* **TASK INSTRUCTIONS**:
Could you show all lines in the entries below that contain the string "origin"?

* **Collection entries**:
■ ■ ■ ■ ■ ■ ■
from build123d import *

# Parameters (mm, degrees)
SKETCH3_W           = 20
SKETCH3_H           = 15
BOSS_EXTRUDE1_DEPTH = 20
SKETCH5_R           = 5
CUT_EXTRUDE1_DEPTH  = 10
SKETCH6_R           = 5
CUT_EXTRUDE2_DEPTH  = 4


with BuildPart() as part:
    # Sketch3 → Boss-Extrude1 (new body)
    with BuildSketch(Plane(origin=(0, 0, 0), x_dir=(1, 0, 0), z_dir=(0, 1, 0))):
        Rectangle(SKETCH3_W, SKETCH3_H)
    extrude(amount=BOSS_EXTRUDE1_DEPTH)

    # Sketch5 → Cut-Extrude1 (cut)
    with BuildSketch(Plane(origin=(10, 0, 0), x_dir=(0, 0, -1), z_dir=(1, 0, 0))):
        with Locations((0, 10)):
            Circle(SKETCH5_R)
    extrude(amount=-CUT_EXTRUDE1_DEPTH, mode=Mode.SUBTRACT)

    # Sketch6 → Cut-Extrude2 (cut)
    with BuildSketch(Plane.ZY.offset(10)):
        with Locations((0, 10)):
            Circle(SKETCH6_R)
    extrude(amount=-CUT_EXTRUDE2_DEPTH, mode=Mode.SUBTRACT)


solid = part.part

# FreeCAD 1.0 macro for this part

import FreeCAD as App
import Part
import Sketcher
from FreeCAD import Vector
Q = App.Units.Quantity


def add_polygon(sketch, points):
    """Adds a closed chain of lines whose ends are joined by coincident constraints."""
    first, n = sketch.GeometryCount, len(points)
    for a, b in zip(points, points[1:] + points[:1]):
        sketch.addGeometry(Part.LineSegment(App.Vector(*a, 0), App.Vector(*b, 0)), False)
    for i in range(n):
        sketch.addConstraint(Sketcher.Constraint("Coincident", first + i, 2, first + (i + 1) % n, 1))

doc = App.newDocument("Part")
params = doc.addObject("Spreadsheet::Sheet", "Params")
for row, (alias, value) in enumerate([
    ("sketch1_width", "20 mm"),
    ("sketch1_height", "15 mm"),
    ("pad1_length", "20 mm"),
    ("sketch2_diameter", "10 mm"),
    ("pocket1_length", "10 mm"),
    ("sketch3_diameter", "10 mm"),
    ("pocket2_length", "4 mm"),
], start=1):
    params.set(f"A{row}", alias)
    params.set(f"B{row}", "=" + value)
    params.setAlias(f"B{row}", alias)

body = doc.addObject("PartDesign::Body", "Body")

# Sketch on XZ plane
sketch1 = doc.addObject("Sketcher::SketchObject", "Sketch")
body.addObject(sketch1)
sketch1.AttachmentSupport = (doc.XZ_Plane, [""])
sketch1.MapMode = "FlatFace"
add_polygon(sketch1, [(-10, -8), (-10, 8), (10, 8), (10, -8)])  # lines 0-3
sketch1.addConstraint(Sketcher.Constraint("Vertical", 0))
sketch1.addConstraint(Sketcher.Constraint("Horizontal", 1))
sketch1.addConstraint(Sketcher.Constraint("Vertical", 2))
sketch1.addConstraint(Sketcher.Constraint("Horizontal", 3))
sketch1.addConstraint(Sketcher.Constraint("Symmetric", 0, 2, 2, 2, -1, 1))
sketch1.addConstraint(Sketcher.Constraint("DistanceX", 1, 1, 1, 2, Q("20 mm")))
sketch1.addConstraint(Sketcher.Constraint("DistanceY", 0, 1, 0, 2, Q("15 mm")))
sketch1.setExpression("Constraints[9]", "Params.sketch1_width")
sketch1.setExpression("Constraints[10]", "Params.sketch1_height")
pad1 = doc.addObject("PartDesign::Pad", "Pad")
body.addObject(pad1)
pad1.Profile = sketch1
pad1.setExpression("Length", "Params.pad1_length")
pad1.Reversed = True

# Sketch on YZ plane
sketch2 = doc.addObject("Sketcher::SketchObject", "Sketch001")
body.addObject(sketch2)
sketch2.AttachmentSupport = (doc.YZ_Plane, [""])
sketch2.MapMode = "FlatFace"
sketch2.AttachmentOffset = App.Placement(Vector(0, 0, 10), App.Rotation())
sketch2.addGeometry(Part.Circle(Vector(10, 0, 0), Vector(0, 0, 1), 5), False)
sketch2.addConstraint(Sketcher.Constraint("PointOnObject", 0, 3, -1))
sketch2.addConstraint(Sketcher.Constraint("Diameter", 0, Q("10 mm")))
sketch2.addConstraint(Sketcher.Constraint("DistanceX", -1, 1, 0, 3, Q("10 mm")))
sketch2.setExpression("Constraints[1]", "Params.sketch2_diameter")
pocket1 = doc.addObject("PartDesign::Pocket", "Pocket")
body.addObject(pocket1)
pocket1.Profile = sketch2
pocket1.setExpression("Length", "Params.pocket1_length")

# Sketch on YZ plane
sketch3 = doc.addObject("Sketcher::SketchObject", "Sketch002")
body.addObject(sketch3)
sketch3.AttachmentSupport = (doc.YZ_Plane, [""])
sketch3.MapMode = "FlatFace"
sketch3.AttachmentOffset = App.Placement(Vector(0, 0, -10), App.Rotation())
sketch3.addGeometry(Part.Circle(Vector(10, 0, 0), Vector(0, 0, 1), 5), False)
sketch3.addConstraint(Sketcher.Constraint("PointOnObject", 0, 3, -1))
sketch3.addConstraint(Sketcher.Constraint("Diameter", 0, Q("10 mm")))
sketch3.addConstraint(Sketcher.Constraint("DistanceX", -1, 1, 0, 3, Q("10 mm")))
sketch3.setExpression("Constraints[1]", "Params.sketch3_diameter")
pocket2 = doc.addObject("PartDesign::Pocket", "Pocket001")
body.addObject(pocket2)
pocket2.Profile = sketch3
pocket2.setExpression("Length", "Params.pocket2_length")
pocket2.Reversed = True

doc.recompute()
■ ■ ■ ■ ■ ■ ■
* **TASK ANSWER**:
    with BuildSketch(Plane(origin=(0, 0, 0), x_dir=(1, 0, 0), z_dir=(0, 1, 0))):
    with BuildSketch(Plane(origin=(10, 0, 0), x_dir=(0, 0, -1), z_dir=(1, 0, 0))):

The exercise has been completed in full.